Project Overview
The "Interactive Sound Visualizer" is an engaging electronic project that provides a real-time visual representation of ambient sound intensity. Using a KY-038 Microphone Sound Sensor and an Arduino UNO, the system continuously samples the surrounding audio environment. The project classifies sound levels into three distinct tiers—represented by Yellow, Green, and Red LEDs—and simultaneously displays the raw analog values on a 16x2 LCD screen. This is an excellent introductory project for exploring analog signal processing, sensor calibration, and visual feedback loops.
This project is about monitoring the sound level data that is being released, produced or outputted(?) by the speakers.
Aaah... this is a product of curiosity and boredom.
I used a [KY-038] microphone sound sensor module to pickup the values that I then gathered from the Serial Monitor, transferred to a spreadsheet, arranged to ascending order then chose the values that occurs more repetitively than others or just the ones that I like.
I picked a number of variables from the lowest range to the mid and high range.

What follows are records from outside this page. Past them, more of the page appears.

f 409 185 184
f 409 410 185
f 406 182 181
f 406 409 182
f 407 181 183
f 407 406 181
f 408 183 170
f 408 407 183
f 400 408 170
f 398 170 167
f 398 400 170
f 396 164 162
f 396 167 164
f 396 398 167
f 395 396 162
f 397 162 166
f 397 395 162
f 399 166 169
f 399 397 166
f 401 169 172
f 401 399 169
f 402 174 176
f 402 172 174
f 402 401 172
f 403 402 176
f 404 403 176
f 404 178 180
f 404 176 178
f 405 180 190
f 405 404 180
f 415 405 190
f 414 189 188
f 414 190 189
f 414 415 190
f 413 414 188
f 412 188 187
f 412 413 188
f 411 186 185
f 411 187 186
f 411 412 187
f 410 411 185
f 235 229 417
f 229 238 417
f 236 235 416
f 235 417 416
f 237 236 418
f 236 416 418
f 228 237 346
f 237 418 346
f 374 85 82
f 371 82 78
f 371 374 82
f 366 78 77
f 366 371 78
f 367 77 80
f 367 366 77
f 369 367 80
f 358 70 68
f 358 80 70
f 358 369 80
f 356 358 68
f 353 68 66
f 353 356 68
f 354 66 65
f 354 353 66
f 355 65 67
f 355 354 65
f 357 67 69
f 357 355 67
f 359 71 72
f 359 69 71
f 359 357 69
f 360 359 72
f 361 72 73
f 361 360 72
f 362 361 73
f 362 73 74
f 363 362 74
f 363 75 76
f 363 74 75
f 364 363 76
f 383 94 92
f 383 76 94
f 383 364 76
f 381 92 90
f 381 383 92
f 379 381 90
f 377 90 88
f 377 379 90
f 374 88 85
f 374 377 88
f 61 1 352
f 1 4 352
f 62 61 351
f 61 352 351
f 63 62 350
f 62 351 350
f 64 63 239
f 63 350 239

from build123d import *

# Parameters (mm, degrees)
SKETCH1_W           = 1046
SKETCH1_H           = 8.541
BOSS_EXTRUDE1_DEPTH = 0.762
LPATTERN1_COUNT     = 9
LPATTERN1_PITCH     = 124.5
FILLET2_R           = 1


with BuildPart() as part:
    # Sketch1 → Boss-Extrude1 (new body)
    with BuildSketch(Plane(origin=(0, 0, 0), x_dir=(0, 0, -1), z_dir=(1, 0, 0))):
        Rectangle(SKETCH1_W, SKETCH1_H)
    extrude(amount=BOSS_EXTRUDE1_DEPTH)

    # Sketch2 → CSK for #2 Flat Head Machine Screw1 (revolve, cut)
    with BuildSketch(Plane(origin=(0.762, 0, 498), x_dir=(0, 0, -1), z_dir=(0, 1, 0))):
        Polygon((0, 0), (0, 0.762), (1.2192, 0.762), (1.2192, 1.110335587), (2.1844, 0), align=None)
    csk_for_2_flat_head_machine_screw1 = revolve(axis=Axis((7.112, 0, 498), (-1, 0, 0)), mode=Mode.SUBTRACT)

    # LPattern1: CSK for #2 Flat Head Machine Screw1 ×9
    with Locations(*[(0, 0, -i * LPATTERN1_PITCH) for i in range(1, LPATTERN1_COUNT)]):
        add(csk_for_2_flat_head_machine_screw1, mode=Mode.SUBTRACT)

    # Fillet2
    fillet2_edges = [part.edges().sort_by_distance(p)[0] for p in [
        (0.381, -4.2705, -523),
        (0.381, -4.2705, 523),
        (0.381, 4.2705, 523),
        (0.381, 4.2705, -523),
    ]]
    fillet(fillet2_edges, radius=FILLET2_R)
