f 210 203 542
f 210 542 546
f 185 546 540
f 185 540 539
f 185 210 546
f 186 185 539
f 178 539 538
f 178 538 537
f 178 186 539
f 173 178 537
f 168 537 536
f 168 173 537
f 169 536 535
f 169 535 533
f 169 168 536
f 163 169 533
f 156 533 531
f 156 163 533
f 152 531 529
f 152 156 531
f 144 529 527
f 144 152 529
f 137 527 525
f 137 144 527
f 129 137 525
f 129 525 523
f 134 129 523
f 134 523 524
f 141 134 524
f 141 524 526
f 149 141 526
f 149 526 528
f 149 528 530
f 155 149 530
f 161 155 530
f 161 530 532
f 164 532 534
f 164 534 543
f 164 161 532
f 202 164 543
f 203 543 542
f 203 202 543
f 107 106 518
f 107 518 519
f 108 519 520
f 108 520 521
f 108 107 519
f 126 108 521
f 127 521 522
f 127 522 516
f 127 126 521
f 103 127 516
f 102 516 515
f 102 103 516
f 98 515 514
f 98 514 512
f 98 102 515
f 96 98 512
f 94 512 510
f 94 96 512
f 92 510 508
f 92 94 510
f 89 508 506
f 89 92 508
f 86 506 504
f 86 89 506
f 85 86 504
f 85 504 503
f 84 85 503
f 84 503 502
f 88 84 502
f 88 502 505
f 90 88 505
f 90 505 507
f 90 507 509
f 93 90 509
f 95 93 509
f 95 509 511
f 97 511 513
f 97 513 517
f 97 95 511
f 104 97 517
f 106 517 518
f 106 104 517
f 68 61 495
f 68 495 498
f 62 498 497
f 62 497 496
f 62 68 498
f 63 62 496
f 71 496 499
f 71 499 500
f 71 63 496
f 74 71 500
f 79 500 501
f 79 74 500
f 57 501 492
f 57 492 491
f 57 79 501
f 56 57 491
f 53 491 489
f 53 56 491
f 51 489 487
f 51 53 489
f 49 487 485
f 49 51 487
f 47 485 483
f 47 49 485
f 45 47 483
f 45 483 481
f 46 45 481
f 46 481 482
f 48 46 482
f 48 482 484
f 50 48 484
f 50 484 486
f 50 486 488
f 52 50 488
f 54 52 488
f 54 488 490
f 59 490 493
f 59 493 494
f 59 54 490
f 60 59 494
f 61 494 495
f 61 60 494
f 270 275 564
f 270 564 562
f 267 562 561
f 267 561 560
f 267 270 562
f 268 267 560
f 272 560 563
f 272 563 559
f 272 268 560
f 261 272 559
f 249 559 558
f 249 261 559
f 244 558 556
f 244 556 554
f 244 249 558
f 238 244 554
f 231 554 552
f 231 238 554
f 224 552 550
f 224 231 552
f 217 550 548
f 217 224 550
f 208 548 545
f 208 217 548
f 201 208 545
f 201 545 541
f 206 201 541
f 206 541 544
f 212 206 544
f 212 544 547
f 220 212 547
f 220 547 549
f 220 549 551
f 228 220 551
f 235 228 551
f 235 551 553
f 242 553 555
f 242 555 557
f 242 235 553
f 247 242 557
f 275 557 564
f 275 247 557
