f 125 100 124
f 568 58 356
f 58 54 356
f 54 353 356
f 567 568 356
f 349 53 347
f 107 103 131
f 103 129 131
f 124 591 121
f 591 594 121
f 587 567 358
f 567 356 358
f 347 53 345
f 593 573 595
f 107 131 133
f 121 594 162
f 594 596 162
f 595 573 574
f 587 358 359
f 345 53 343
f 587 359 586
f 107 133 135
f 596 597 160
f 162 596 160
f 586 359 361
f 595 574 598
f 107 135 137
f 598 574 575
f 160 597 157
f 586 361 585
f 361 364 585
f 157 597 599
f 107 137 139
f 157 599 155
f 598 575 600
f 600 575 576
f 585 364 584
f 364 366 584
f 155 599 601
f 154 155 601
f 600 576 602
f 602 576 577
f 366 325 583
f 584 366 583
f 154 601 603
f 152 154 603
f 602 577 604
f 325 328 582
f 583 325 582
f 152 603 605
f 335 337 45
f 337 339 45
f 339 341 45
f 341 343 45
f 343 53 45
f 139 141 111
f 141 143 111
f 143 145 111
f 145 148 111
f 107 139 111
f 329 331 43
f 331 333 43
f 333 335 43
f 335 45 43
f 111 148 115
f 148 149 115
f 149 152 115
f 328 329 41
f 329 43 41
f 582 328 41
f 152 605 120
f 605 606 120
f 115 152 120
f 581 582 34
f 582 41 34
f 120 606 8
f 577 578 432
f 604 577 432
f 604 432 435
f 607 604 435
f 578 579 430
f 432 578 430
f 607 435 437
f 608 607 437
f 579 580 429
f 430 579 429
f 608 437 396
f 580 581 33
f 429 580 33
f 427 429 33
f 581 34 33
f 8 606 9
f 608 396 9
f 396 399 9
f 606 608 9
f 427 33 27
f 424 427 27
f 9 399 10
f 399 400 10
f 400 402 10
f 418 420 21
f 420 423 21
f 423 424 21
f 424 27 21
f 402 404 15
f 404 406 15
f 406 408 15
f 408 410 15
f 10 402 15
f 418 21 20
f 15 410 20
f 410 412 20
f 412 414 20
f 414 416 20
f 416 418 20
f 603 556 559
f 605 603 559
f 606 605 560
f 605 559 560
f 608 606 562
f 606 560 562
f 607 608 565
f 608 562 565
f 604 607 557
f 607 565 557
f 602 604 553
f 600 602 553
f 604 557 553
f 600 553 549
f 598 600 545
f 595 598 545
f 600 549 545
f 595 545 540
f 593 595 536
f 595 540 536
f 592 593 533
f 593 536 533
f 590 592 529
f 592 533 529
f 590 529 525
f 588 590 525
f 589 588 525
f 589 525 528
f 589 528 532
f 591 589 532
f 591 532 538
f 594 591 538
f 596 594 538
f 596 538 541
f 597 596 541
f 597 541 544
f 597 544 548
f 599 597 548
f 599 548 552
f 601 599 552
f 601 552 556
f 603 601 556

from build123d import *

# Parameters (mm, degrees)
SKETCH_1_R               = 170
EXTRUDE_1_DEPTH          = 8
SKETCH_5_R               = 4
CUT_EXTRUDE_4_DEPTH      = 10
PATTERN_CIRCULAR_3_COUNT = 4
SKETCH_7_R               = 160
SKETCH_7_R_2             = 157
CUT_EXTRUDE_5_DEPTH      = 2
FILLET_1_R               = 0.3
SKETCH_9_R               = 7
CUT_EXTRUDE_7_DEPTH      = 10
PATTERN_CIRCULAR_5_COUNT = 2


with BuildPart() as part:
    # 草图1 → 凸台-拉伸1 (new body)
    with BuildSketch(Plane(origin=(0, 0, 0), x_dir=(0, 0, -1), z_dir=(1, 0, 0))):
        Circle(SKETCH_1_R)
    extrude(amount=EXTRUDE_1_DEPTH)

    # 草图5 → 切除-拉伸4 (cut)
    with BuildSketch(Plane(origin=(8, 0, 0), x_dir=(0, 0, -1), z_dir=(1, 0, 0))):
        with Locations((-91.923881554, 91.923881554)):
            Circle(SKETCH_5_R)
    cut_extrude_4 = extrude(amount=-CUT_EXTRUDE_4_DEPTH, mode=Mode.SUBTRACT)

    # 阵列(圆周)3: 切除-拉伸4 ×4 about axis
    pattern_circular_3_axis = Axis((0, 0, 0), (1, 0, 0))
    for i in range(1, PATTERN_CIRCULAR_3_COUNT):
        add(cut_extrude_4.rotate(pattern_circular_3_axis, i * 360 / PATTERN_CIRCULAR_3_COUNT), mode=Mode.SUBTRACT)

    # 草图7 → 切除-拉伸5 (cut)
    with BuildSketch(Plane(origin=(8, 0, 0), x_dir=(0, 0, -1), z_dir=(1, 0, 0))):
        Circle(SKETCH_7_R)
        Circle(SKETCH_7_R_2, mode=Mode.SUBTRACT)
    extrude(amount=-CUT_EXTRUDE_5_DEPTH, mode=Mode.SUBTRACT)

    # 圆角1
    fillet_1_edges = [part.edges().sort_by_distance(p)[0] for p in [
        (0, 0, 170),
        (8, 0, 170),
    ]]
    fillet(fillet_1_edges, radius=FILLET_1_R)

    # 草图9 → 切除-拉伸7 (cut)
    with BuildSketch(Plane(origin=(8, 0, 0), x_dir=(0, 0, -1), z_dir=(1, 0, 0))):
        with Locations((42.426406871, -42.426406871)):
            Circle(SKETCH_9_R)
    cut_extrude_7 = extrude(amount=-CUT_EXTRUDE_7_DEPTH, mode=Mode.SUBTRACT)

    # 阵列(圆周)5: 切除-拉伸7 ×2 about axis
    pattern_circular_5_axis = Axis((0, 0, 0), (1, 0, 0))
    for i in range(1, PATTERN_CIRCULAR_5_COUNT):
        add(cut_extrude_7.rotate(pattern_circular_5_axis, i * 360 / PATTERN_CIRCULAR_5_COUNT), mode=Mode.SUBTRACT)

The variables from the lowest range of values will activate the Yellow LEDs, the mid range ones will activate the Green LEDs and the high range ones will activate the Red ones.
The LEDs will be activated or turned on when the certain sensorValue is reached or detected by the sound sensor.
I also included an optional LCD to view the values in real time just for fun.
I basically just upgraded this code
The LCD Codes are from my previous project
And Username MAS3's Comment here
I encountered a problem where the data that is appearing on the LCD have some leftover digits from the past sensorValue. Like, when the current value is supposed to be 619 which is what is on the Serial Monitor, but it becomes 6194, because the past value was 1234.
Download the .cpp and .h files here.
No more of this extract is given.